Relative Strength Index (RSI) and Commodity Chanel Index (CCI) are some of the best forex indicators for automated trading as well as manual trading. Technical analysts, as well as forex robots, use the two indicators to ascertain market momentum as well as identify ideal entry and exit points. While the two forex charting tools can be used on their own in analyzing chart patterns, they are often used in combination for the best outcomes.
Understanding RSI Indicator
The RSI indicator is simply an oscillator that oscillates between two extremes of 0 and 100. The indicator stands out as one of the best forex trading instruments on the fact that it provides information on overbought and oversold market conditions.
Conversely, whenever the RSI reading is above 70, the same is interpreted as overbought market condition. In this case, forex robots or traders refrain from taking long positions as the likelihood of price reversal is usually high.
Similarly, whenever the RSI reading is below 30, the same is interpreted as an oversold market condition. In this case, the likelihood of price reversing and starting to move higher is usually high as the underlying asset is usually considered cheap.
Understanding CCI Indicator
The Commodity Channel Index is an important forex charting tool that measures the current price of a security, understudy, relative to its average price level over a given period. The indicator’s reading tends to be relatively high whenever the prevailing price of a security is far above the average. Similarly, the reading tends to be low whenever the price is far below the average.

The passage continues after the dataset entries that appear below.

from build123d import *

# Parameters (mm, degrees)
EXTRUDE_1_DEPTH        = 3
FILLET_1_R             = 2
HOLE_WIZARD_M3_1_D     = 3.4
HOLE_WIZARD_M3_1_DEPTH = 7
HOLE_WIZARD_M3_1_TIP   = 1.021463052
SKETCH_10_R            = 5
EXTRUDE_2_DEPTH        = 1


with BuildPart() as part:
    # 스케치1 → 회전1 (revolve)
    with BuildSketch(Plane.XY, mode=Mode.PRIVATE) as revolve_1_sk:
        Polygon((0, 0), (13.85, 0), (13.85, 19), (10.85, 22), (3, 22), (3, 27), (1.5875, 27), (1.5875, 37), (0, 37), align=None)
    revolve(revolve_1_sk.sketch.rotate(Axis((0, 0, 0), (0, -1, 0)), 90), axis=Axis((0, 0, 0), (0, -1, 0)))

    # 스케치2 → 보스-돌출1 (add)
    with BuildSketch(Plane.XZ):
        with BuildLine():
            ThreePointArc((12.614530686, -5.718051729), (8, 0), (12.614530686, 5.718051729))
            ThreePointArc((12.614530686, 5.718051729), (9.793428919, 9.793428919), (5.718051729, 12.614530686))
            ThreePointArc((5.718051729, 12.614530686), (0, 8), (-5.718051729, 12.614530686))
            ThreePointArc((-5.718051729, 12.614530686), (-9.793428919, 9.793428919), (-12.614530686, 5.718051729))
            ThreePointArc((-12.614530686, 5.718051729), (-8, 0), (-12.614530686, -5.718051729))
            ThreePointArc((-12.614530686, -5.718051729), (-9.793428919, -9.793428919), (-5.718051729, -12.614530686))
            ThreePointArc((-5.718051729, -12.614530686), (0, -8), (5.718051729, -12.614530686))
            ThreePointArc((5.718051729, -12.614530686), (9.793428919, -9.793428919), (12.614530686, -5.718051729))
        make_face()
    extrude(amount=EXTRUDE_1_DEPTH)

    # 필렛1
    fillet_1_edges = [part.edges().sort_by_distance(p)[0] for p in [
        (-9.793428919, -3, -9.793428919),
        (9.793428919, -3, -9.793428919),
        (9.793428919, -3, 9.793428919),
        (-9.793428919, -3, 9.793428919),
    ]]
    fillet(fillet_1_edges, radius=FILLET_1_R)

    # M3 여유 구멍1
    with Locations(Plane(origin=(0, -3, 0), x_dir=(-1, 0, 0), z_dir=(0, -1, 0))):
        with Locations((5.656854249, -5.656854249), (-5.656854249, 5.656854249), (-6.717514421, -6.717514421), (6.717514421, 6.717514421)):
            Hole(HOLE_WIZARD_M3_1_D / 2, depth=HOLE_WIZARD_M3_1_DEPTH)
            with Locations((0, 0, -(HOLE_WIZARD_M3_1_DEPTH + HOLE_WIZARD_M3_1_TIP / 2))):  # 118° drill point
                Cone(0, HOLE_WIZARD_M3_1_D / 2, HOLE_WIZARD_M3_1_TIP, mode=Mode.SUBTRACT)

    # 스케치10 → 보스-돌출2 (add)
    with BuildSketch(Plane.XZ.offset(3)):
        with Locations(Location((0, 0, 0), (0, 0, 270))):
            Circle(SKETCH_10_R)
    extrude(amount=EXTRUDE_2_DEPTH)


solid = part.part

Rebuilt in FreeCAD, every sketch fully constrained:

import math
import FreeCAD as App
import Part
import Sketcher
from FreeCAD import Vector
Q = App.Units.Quantity


def edges_at(feature, points):
    """Names of the edges that pass closest to the given points."""
    edges = feature.Shape.Edges
    near = lambda p: min(range(len(edges)), key=lambda i: edges[i].distToShape(Part.Vertex(*p))[0])
    return sorted({f"Edge{near(p) + 1}" for p in points})

doc = App.newDocument("Part")
body = doc.addObject("PartDesign::Body", "Body")

sketch1 = doc.addObject("Sketcher::SketchObject", "Sketch")
body.addObject(sketch1)
sketch1.AttachmentSupport = (doc.XY_Plane, [""])
sketch1.MapMode = "FlatFace"
sketch1.addGeometry([
    Part.LineSegment(Vector(0, 0, 0), Vector(13.8, 0, 0)),
    Part.LineSegment(Vector(13.8, 0, 0), Vector(13.8, 19, 0)),
    Part.LineSegment(Vector(13.8, 19, 0), Vector(10.8, 22, 0)),
    Part.LineSegment(Vector(10.8, 22, 0), Vector(3, 22, 0)),
    Part.LineSegment(Vector(3, 22, 0), Vector(3, 27, 0)),
    Part.LineSegment(Vector(3, 27, 0), Vector(1.6, 27, 0)),
    Part.LineSegment(Vector(1.6, 27, 0), Vector(1.6, 37, 0)),
    Part.LineSegment(Vector(1.6, 37, 0), Vector(0, 37, 0)),
    Part.LineSegment(Vector(0, 37, 0), Vector(0, 0, 0)),
], False)
sketch1.addConstraint([
    Sketcher.Constraint("Coincident", 0, 2, 1, 1),
    Sketcher.Constraint("Coincident", 1, 2, 2, 1),
    Sketcher.Constraint("Coincident", 2, 2, 3, 1),
    Sketcher.Constraint("Coincident", 3, 2, 4, 1),
    Sketcher.Constraint("Coincident", 4, 2, 5, 1),
    Sketcher.Constraint("Coincident", 5, 2, 6, 1),
    Sketcher.Constraint("Coincident", 6, 2, 7, 1),
    Sketcher.Constraint("Coincident", 7, 2, 8, 1),
    Sketcher.Constraint("Coincident", 8, 2, 0, 1),
    Sketcher.Constraint("Horizontal", 0),
    Sketcher.Constraint("Vertical", 1),
    Sketcher.Constraint("Horizontal", 3),
    Sketcher.Constraint("Vertical", 4),
    Sketcher.Constraint("Horizontal", 5),
    Sketcher.Constraint("Vertical", 6),
    Sketcher.Constraint("Horizontal", 7),
    Sketcher.Constraint("Vertical", 8),
    Sketcher.Constraint("Coincident", 8, 2, -1, 1),
    Sketcher.Constraint("DistanceY", 1, 1, 1, 2, Q("19 mm")),
    Sketcher.Constraint("DistanceY", 4, 1, 4, 2, Q("5 mm")),
    Sketcher.Constraint("DistanceY", 6, 1, 6, 2, Q("10 mm")),
    Sketcher.Constraint("DistanceY", 8, 2, 8, 1, Q("37 mm")),
    Sketcher.Constraint("Angle", 2, Q("135 deg")),
    Sketcher.Constraint("DistanceX", -1, 1, 3, 2, Q("3 mm")),
    Sketcher.Constraint("DistanceX", 0, 1, 0, 2, Q("13.85 mm")),
    Sketcher.Constraint("DistanceX", 5, 2, 5, 1, Q("1.4125 mm")),
])
revolution = doc.addObject("PartDesign::Revolution", "Revolution")
body.addObject(revolution)
revolution.Profile = sketch1
revolution.ReferenceAxis = (sketch1, ["V_Axis"])
revolution.Angle = 360

sketch2 = doc.addObject("Sketcher::SketchObject", "Sketch001")
body.addObject(sketch2)
sketch2.AttachmentSupport = (doc.XZ_Plane, [""])
sketch2.MapMode = "FlatFace"
sketch2.addGeometry([
    Part.ArcOfCircle(Part.Circle(Vector(14, 0, 0), Vector(0, 0, 1), 6), math.radians(102), math.radians(258)),
    Part.ArcOfCircle(Part.Circle(Vector(0, 0, 0), Vector(0, 0, 1), 14), math.radians(24), math.radians(66)),
    Part.ArcOfCircle(Part.Circle(Vector(0, 14, 0), Vector(0, 0, 1), 6), math.radians(-168), math.radians(-12)),
    Part.ArcOfCircle(Part.Circle(Vector(0, 0, 0), Vector(0, 0, 1), 14), math.radians(114), math.radians(156)),
    Part.ArcOfCircle(Part.Circle(Vector(-14, 0, 0), Vector(0, 0, 1), 6), math.radians(-78), math.radians(78)),
    Part.ArcOfCircle(Part.Circle(Vector(0, 0, 0), Vector(0, 0, 1), 14), math.radians(-156), math.radians(-114)),
    Part.ArcOfCircle(Part.Circle(Vector(0, -14, 0), Vector(0, 0, 1), 6), math.radians(12), math.radians(168)),
    Part.ArcOfCircle(Part.Circle(Vector(0, 0, 0), Vector(0, 0, 1), 14), math.radians(-66), math.radians(-24)),
], False)
sketch2.addConstraint([
    Sketcher.Constraint("Coincident", 0, 1, 1, 1),
    Sketcher.Constraint("Coincident", 1, 2, 2, 2),
    Sketcher.Constraint("Coincident", 2, 1, 3, 1),
    Sketcher.Constraint("Coincident", 3, 2, 4, 2),
    Sketcher.Constraint("Coincident", 4, 1, 5, 1),
    Sketcher.Constraint("Coincident", 5, 2, 6, 2),
    Sketcher.Constraint("Coincident", 6, 1, 7, 1),
    Sketcher.Constraint("Coincident", 7, 2, 0, 2),
    Sketcher.Constraint("Coincident", 1, 3, -1, 1),
    Sketcher.Constraint("Coincident", 3, 3, -1, 1),
    Sketcher.Constraint("Coincident", 5, 3, -1, 1),
    Sketcher.Constraint("Coincident", 7, 3, -1, 1),
    Sketcher.Constraint("Equal", 0, 2),
    Sketcher.Constraint("Equal", 1, 3),
    Sketcher.Constraint("Equal", 2, 4),
    Sketcher.Constraint("Equal", 3, 5),
    Sketcher.Constraint("Equal", 4, 6),
    Sketcher.Constraint("Equal", 5, 7),
    Sketcher.Constraint("Symmetric", 0, 3, 4, 3, -1, 1),
    Sketcher.Constraint("Symmetric", 2, 3, 6, 3, -1, 1),
    Sketcher.Constraint("PointOnObject", 0, 3, -1),
    Sketcher.Constraint("PointOnObject", 2, 3, -2),
    Sketcher.Constraint("Radius", 0, Q("5.85 mm")),
    Sketcher.Constraint("Radius", 1, Q("13.85 mm")),
    Sketcher.Constraint("DistanceX", 4, 3, 0, 3, Q("27.7 mm")),
    Sketcher.Constraint("DistanceY", -1, 1, 2, 3, Q("13.85 mm")),
])
pad1 = doc.addObject("PartDesign::Pad", "Pad")
body.addObject(pad1)
pad1.Profile = sketch2
pad1.Length = 3
doc.recompute()

fillet = doc.addObject("PartDesign::Fillet", "Fillet")
body.addObject(fillet)
fillet.Base = (pad1, edges_at(pad1, [
    (-9.793, -3, -9.793),
    (9.793, -3, -9.793),
    (9.793, -3, 9.793),
    (-9.793, -3, 9.793),
]))
fillet.Radius = 2

sketch3 = doc.addObject("Sketcher::SketchObject", "Sketch002")
body.addObject(sketch3)
sketch3.AttachmentSupport = (doc.XZ_Plane, [""])
sketch3.MapMode = "FlatFace"
sketch3.AttachmentOffset = App.Placement(Vector(0, 0, 3), App.Rotation())
sketch3.addGeometry([
    Part.Circle(Vector(-5.7, 5.7, 0), Vector(0, 0, 1), 1.7),
    Part.Circle(Vector(5.7, -5.7, 0), Vector(0, 0, 1), 1.7),
    Part.Circle(Vector(6.7, 6.7, 0), Vector(0, 0, 1), 1.7),
    Part.Circle(Vector(-6.7, -6.7, 0), Vector(0, 0, 1), 1.7),
], False)
sketch3.addConstraint([
    Sketcher.Constraint("Equal", 0, 1),
    Sketcher.Constraint("Equal", 1, 2),
    Sketcher.Constraint("Equal", 2, 3),
    Sketcher.Constraint("Symmetric", 0, 3, 1, 3, -1, 1),
    Sketcher.Constraint("Symmetric", 2, 3, 3, 3, -1, 1),
    Sketcher.Constraint("Diameter", 0, Q("3.4 mm")),
    Sketcher.Constraint("DistanceX", 0, 3, 1, 3, Q("11.313708 mm")),
    Sketcher.Constraint("DistanceY", 1, 3, 0, 3, Q("11.313708 mm")),
    Sketcher.Constraint("DistanceX", 0, 3, 2, 3, Q("12.374369 mm")),
    Sketcher.Constraint("DistanceY", 0, 3, 2, 3, Q("1.06066 mm")),
])
doc.recompute()
hole = doc.addObject("PartDesign::Hole", "Hole")
body.addObject(hole)
hole.Profile = sketch3
hole.ThreadType = "None"
hole.Diameter = 3.4
hole.DepthType = "Dimension"
hole.Depth = 7
hole.DrillPoint = "Angled"
hole.DrillPointAngle = 118

sketch4 = doc.addObject("Sketcher::SketchObject", "Sketch003")
body.addObject(sketch4)
sketch4.AttachmentSupport = (doc.XZ_Plane, [""])
sketch4.MapMode = "FlatFace"
sketch4.AttachmentOffset = App.Placement(Vector(0, 0, 3), App.Rotation())
sketch4.addGeometry(Part.Circle(Vector(0, 0, 0), Vector(0, 0, 1), 5), False)
sketch4.addConstraint([
    Sketcher.Constraint("Coincident", 0, 3, -1, 1),
    Sketcher.Constraint("Diameter", 0, Q("10 mm")),
])
pad2 = doc.addObject("PartDesign::Pad", "Pad001")
body.addObject(pad2)
pad2.Profile = sketch4
pad2.Length = 1

doc.recompute()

Just like the RSI indicator, the CCI indicator can be used to ascertain overbought and oversold market conditions on given security under study. Whenever the CCI indicator reading is above +100, the same implies a strong uptrend is beginning, signaling overbought conditions. In this case, traders should be wary of entering a long position as price tends to have a tendency of reversing.
Similarly, whenever the CCI reading is below -100, the same implies a strong downtrend. In this case, FX Expert advisers or manual traders enter long positions to take advantage of potential price reversal as a security is considered to be oversold.
RSI and CCI Combination Trading Strategy
RSI and CCI indicators are commonly used in scalping as well as trend trading and news trading, given their ability to identify oversold and overbought market conditions. Similarly, when used together, be it in automated trading, algorithmic FX trading or manual trading, the indicators help shed more light on ideal price targets for opening and closing trades.
To use the two indicators, firstly, tweak the RSI parameters to a 30 period RSI in place of the default 14 periods. The change in settings helps insulate against short term price fluctuations that can be misleading. Similarly, add a 50 line on the RSI indicator in addition to the default 70 and 30 trend lines that indicate overbought and oversold conditions.
When it comes to the CCI indicator, it would be wise to stick to the 20 period CCI as it tends to be more immune to short term price changes that can be misleading. The overbought and oversold limits at +100 and -100 should remain the same.
Buy Set up While Using RSI and CCI indicators
A trader should only consider entering a long position or buy when the RSI reading is above 50. Such a reading indicates an underlying upward momentum in the price of the underlying security. In this case, traders should only consider long positions.
The CCI indicator will, in this case, help in generating signals for opening long positions. For a buy, signal turn to a 6 period CCI and look for when the indicator crosses -100 from below. Whenever this happens, then it would be wise to enter long positions.
A stop-loss can be placed a few pips below the entry point. Similarly, a trader should be ready to take profits when the 30 period RSI crosses below the 50 lines from above.
Sell Set up Using RSI and CCI indicator
The RSI strategy can also be used to open short positions while relying on the CCI indicator for a signal. Conversely, whenever the RSI indicator is below the 50 line the same indicates the underlying price has turned bearish, and that price is likely to continue edging lower.
In this case, traders should only consider short positions. A signal to enter short positions will happen when the 6-period CCI indicator crosses the +100 mark from above. Profits should be taken when the 30 period RSI crosses above the 50 line indicating a trend reversal from bearish to bullish.
Final Thoughts
RSI and CCI are some of the best forex trading instruments given their ability to shed light on overbought and oversold conditions. When used together, the indicators can aid in ascertaining ideal entry and exit points perfect for mitigating losses and optimizing profits.